Somebody asked me an interesting and valid question the other day. Will there be any need for manifestos and should we expect them from those who will be vying the presidency in 2012 given that we’re implementing Vision 2030 -our nation’s long-term development plan that transcends every government for the next 18 years? In answer to that question, we need to have a proper perspective on precisely what Vision 2030 is and what an electoral manifesto is and its purpose.
Vision 2030 is our nation’s collective aspiration. It is a depiction of the Kenya we want –a country that is globally competitive and prosperous with a high quality of life by 2030. Specifically, it is a holistic long-term development plan outlining broad economic, social, and political policies that are aimed at transforming Kenya into a newly industrializing middle-income country providing a high quality of life to all its citizens by 2030 in a clean and secure environment.
Vision 2030 was launched in 2008 by the Coalition Government meaning that the forthcoming general elections will be the first elections in which presidential candidates and their political parties will be required to spell out the measures they intend to institute in order to contribute to the achievement of the economic, social, and political goals of Vision 2030.
A manifesto is a declaration that is prepared by political parties and their flag-bearers setting out their strategic direction, policy ends and means, and outlines of prospective legislation should they win an election and form the next government. Electoral manifestos are normally short-term in nature and they outline specific policies and actions which are aimed at contributing to the achievement of a nation’s collective aspiration.
From the preceding, it is clear that come 2012 political parties and their flag-bearers must furnish us with their manifestos and based on them, the electorate should judge for itself which candidate and political party is best suited to form the next government. Since our nation’s collective aspiration is detailed in Vision 2030, 2012 electoral manifestos must be premised on it.
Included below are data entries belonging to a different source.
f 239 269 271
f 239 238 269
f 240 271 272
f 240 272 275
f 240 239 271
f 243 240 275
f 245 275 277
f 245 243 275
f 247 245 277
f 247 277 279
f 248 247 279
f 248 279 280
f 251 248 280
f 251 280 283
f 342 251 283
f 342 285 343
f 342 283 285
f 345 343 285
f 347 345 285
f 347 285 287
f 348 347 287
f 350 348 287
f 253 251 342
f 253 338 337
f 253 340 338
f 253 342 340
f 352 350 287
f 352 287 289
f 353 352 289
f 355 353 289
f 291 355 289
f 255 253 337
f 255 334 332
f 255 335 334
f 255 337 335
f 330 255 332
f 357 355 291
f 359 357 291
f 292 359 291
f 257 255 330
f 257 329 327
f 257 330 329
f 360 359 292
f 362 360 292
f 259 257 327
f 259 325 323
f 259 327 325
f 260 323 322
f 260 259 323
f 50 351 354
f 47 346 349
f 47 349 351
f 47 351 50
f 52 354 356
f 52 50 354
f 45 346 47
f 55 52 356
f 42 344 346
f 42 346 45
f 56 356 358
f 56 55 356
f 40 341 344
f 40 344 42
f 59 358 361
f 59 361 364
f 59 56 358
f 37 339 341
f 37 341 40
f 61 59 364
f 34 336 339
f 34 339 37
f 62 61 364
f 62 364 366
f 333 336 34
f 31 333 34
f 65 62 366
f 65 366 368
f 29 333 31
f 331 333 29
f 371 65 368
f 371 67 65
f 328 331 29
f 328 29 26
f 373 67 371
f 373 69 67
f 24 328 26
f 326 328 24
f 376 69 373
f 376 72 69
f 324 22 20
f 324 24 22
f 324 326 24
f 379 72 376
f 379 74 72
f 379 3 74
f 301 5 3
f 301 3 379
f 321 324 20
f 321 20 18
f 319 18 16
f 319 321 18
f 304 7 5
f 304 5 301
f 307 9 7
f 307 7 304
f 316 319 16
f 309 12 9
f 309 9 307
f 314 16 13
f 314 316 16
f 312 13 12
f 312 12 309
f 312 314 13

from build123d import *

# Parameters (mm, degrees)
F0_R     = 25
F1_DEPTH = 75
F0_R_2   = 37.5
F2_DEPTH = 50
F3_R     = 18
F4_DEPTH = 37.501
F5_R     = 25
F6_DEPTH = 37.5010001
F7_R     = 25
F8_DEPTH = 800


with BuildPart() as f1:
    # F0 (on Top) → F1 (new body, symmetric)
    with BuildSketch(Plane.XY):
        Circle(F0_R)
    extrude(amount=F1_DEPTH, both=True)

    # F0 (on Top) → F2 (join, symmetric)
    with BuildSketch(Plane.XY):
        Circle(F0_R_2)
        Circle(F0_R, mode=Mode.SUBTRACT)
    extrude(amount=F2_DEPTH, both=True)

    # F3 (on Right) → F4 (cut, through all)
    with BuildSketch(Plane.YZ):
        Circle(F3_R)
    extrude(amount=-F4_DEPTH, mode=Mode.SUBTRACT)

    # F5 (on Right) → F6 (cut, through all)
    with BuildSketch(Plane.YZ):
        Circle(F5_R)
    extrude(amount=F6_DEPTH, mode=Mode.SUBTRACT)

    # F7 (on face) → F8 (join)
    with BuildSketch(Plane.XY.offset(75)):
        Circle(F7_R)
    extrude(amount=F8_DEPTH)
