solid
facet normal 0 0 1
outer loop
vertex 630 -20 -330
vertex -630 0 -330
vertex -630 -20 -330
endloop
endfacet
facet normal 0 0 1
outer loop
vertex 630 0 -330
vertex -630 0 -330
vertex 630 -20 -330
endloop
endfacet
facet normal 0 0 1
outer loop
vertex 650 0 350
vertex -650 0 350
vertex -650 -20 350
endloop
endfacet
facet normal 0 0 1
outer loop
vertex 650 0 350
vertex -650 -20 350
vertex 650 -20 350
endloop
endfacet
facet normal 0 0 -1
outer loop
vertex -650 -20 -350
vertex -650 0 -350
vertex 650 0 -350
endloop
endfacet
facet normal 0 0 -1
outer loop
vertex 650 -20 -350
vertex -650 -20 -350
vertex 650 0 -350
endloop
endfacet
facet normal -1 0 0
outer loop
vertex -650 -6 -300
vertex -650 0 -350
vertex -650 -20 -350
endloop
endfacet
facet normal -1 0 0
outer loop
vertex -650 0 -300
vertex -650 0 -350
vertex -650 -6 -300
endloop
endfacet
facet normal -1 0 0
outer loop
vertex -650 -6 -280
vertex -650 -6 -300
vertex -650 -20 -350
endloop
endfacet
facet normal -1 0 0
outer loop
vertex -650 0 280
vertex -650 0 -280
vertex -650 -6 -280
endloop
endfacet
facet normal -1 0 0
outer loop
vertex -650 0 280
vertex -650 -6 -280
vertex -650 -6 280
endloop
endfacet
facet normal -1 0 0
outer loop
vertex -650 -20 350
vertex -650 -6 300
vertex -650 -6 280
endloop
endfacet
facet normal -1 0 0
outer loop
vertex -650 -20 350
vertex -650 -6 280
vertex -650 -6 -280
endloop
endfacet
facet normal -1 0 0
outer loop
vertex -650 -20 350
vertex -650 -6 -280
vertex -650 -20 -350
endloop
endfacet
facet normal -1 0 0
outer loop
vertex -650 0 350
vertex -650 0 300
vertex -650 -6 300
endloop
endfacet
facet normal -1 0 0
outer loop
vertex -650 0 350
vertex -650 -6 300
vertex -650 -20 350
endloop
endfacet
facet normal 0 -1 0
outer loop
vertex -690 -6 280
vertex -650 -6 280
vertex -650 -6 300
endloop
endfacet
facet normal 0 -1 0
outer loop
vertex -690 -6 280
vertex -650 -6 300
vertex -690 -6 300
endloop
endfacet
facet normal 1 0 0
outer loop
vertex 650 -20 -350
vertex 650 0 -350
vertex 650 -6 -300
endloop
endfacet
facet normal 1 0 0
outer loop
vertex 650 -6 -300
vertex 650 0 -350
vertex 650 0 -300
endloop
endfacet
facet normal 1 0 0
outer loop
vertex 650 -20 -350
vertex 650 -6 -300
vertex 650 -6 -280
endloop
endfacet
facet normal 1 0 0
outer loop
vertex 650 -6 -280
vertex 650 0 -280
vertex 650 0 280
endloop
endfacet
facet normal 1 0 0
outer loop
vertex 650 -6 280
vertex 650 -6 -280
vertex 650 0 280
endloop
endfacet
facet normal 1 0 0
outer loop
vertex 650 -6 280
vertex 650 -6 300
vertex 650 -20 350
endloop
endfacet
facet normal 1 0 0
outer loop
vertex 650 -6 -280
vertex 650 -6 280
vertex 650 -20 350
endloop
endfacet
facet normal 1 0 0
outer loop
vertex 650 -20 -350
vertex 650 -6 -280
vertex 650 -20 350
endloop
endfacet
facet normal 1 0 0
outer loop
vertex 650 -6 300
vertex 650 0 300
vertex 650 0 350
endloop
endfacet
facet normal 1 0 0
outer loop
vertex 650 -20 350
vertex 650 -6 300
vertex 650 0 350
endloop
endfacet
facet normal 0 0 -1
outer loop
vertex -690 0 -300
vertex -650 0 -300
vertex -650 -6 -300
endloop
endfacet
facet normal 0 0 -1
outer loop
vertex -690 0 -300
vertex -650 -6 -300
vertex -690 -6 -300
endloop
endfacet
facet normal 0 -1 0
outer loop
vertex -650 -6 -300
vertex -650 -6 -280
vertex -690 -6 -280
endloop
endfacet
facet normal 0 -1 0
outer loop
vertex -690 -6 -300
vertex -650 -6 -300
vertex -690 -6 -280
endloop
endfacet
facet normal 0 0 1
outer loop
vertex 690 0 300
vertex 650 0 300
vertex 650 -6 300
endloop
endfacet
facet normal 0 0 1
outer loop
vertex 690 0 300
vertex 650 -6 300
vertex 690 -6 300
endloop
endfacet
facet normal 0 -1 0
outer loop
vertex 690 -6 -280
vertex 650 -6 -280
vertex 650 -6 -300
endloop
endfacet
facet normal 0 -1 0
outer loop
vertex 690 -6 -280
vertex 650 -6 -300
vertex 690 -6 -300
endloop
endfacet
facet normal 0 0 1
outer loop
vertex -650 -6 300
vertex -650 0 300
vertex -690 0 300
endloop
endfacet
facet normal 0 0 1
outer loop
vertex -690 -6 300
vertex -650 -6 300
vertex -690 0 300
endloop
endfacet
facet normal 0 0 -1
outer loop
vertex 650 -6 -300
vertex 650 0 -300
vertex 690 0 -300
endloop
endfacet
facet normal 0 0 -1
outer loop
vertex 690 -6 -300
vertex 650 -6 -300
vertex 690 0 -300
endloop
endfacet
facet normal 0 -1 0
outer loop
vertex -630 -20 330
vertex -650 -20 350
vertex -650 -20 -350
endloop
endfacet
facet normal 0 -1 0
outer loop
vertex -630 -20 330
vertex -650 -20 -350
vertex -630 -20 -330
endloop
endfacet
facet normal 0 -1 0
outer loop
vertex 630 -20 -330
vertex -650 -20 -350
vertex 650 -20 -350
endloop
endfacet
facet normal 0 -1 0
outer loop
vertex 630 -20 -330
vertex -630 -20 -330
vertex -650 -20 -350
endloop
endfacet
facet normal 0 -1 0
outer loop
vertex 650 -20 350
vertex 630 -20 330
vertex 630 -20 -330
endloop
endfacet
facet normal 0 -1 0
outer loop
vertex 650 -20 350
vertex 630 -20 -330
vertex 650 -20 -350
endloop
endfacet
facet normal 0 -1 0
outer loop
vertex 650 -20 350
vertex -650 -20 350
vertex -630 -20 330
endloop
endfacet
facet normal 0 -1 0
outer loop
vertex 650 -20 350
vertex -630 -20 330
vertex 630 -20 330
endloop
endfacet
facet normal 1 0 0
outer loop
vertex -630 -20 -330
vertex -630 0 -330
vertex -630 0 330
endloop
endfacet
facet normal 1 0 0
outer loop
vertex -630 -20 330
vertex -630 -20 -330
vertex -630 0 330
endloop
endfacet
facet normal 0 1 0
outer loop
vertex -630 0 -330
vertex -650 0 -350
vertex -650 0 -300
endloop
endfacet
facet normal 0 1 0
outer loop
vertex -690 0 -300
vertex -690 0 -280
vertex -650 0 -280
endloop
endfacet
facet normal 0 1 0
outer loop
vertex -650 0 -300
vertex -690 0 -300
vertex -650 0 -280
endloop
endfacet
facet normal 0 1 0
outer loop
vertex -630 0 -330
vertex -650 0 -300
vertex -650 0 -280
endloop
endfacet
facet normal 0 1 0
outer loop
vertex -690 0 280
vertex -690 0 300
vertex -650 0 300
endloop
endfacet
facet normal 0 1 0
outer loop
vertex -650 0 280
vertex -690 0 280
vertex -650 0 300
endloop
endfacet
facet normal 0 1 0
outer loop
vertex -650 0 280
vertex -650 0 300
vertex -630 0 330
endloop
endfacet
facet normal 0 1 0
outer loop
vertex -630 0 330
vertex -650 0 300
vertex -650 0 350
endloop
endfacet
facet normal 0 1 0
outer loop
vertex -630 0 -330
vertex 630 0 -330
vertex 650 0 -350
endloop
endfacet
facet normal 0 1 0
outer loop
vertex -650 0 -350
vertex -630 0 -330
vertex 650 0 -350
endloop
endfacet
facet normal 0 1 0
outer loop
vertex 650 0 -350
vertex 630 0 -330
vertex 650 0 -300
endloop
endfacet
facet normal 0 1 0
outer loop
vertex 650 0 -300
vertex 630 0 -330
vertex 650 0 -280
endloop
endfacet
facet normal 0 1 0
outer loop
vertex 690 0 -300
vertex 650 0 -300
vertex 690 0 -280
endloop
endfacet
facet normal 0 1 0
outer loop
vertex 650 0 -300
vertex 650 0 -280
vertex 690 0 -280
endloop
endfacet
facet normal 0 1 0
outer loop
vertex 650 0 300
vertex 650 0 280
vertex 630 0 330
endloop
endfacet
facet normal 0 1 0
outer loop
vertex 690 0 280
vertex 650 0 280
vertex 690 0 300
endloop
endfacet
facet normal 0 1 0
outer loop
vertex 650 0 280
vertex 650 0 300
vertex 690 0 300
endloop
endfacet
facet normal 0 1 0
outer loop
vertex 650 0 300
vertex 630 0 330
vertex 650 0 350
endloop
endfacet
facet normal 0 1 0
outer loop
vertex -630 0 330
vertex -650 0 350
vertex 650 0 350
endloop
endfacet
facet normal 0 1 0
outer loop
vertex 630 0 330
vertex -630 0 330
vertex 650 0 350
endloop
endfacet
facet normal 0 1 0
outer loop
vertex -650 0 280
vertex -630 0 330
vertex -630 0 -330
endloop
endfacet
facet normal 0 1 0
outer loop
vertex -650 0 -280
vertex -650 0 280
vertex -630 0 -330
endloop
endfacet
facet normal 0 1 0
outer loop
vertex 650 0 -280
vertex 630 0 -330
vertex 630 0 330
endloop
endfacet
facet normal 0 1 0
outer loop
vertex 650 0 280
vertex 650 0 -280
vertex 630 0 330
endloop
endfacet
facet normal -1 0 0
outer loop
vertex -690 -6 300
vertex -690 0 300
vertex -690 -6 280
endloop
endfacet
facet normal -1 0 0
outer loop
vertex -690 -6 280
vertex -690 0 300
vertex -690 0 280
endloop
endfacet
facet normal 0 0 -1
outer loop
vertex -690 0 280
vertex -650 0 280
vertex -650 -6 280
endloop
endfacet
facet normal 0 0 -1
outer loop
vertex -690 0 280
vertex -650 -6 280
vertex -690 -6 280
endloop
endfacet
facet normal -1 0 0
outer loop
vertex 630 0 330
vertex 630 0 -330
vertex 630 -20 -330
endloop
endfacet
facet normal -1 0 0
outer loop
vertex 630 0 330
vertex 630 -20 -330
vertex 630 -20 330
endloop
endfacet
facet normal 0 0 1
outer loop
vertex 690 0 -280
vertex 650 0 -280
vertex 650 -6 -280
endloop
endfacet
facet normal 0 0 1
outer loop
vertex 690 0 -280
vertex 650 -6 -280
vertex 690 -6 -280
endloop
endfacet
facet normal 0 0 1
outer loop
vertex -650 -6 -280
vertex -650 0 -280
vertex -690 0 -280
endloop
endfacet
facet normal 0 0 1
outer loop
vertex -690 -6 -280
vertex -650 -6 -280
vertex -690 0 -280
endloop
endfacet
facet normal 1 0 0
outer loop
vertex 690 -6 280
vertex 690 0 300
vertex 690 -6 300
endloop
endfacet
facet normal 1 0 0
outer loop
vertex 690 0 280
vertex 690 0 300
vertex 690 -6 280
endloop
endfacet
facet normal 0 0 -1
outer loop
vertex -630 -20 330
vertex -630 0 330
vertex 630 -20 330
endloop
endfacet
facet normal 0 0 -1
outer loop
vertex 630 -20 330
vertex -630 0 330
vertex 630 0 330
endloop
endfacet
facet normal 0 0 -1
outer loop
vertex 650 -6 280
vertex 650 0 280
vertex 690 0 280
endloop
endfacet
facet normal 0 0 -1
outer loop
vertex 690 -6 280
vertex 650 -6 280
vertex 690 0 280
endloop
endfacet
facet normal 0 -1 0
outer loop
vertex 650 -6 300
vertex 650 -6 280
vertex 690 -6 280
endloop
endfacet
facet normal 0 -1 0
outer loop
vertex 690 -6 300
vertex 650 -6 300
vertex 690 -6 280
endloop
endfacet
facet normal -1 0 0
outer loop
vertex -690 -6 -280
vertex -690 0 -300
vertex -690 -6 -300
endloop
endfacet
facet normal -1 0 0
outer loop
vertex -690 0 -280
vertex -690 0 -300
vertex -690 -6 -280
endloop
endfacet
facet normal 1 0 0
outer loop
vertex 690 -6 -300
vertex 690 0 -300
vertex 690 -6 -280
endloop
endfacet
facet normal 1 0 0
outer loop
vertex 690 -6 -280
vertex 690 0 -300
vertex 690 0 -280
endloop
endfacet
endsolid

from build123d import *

# Parameters (mm, degrees)
F0_W     = 1300
F0_H     = 700
F0_W_2   = 1260
F0_H_2   = 660
F1_DEPTH = 20
F2_W     = 40
F2_H     = 20
F3_DEPTH = 6


with BuildPart() as f1:
    # F0 (on Front) → F1 (new body)
    with BuildSketch(Plane.XZ):
        Rectangle(F0_W, F0_H)
        Rectangle(F0_W_2, F0_H_2, mode=Mode.SUBTRACT)
    extrude(amount=F1_DEPTH)

    # F2 (on Front) → F3 (join)
    with BuildSketch(Plane.XZ):
        with Locations((670, -290)):
            Rectangle(F2_W, F2_H)
    extrude(amount=F3_DEPTH)

    # F4: F1 across plane


with BuildPart() as f1_1:
    add(f1.part)
    add(f1.part.mirror(Plane.XY))

    # F5: F1 across plane


with BuildPart() as f1_2:
    add(f1_1.part)
    add(f1_1.part.mirror(Plane.YZ))


solid = f1_2.part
Vision 2030 founded on sustained macroeconomic stability, improved infrastructure, nationwide access to affordable energy, increase science, technology, and innovation, human resource development, enhanced security, enhanced equity and wealth creation opportunities for the poor, land reform, good governance, and excellent public service. Upon this foundation, the development we aspire to attain is built on economic, social, and political pillars.
The currently macroeconomic stability and stunted economic growth is a big disappointment from the Coalition Government and for Uhuru Kenyatta the minister for finance this is a damning indictment of his ability to lead our country into being a globally competitive and prosperous nation with a high quality for every citizen. Under the economic pillar for example, the target was to increase annual GDP growth rate to an average of 10% by 2012 and to maintain this for 18 years. Currently, the economic growth rate is at around 4% and the global economic environment is not conducive for growth. The 2012 electoral manifesto must therefore contain specific policy proposals that prospective governments will institute in order to achieve greater efficiency and attain this target as soon as possible and maintain it.
In matters infrastructure, the Coalition Government scores highly and the momentum must be maintained by the next government. However, the massive 1.2 trillion shilling Lamu port project regardless of how productive it is expected to be, may have little impact on income growth on north easterners unless the next government urgently puts in place policies that will enable them to capture an equitable share of the returns from that project. Moreover, development experts now believe that the next government must prioritise the rail infrastructure and it remains to be seen what prospective governments will prioritize in their manifestos.
In matters energy, the current peak electric power demand is 1180 MW and it is projected to grow at 7% annually over the next 10 years to reach 2263 MW by 2018. The plan is to increase the current 1050 MW to about 2000 MW by 2013 and 3000 MW by 2018. In matters energy, the Prime Minister, Raila Odinga, is in touch and is very supportive of the nuclear option which is something we must pursue if the we’re going to have a fair chance of producing 3000 MW at the end of 2017 which is when the term of the next government will be coming to an end.
Under the social pillar, seven key social sectors have been identified for intervention that is aimed at building an equitable, just, and cohesive society. In evaluating 2012 manifestos, the sectors to watch in my view are education, health, water, and equity and elimination of poverty.
Under the political pillar, the country aspires to have a fully functional democratic system of government that is issue-based, people-centred, result oriented, and that is accountable to the public. Under this pillar, the issue boils down to full implementation of the constitution and particularly the issue of devolution. Apparently, many in the PNU rank and file appear allergic to constitutionalism and devolution of power as espoused in our new constitution and given a chance, they will certainly overthrow the constitution.
The majority of voters will cast their vote based on party identification and the conclusions they will have arrived at from a superficial evaluation of issues. This is in and of itself very much alright except that politicians must desist from turning political parties into tribal outfits something which sadly lends party identification to tribal identification. But be that as it may, manifestos will certainly help voters make sensible electoral decision especially if they are produced in good time.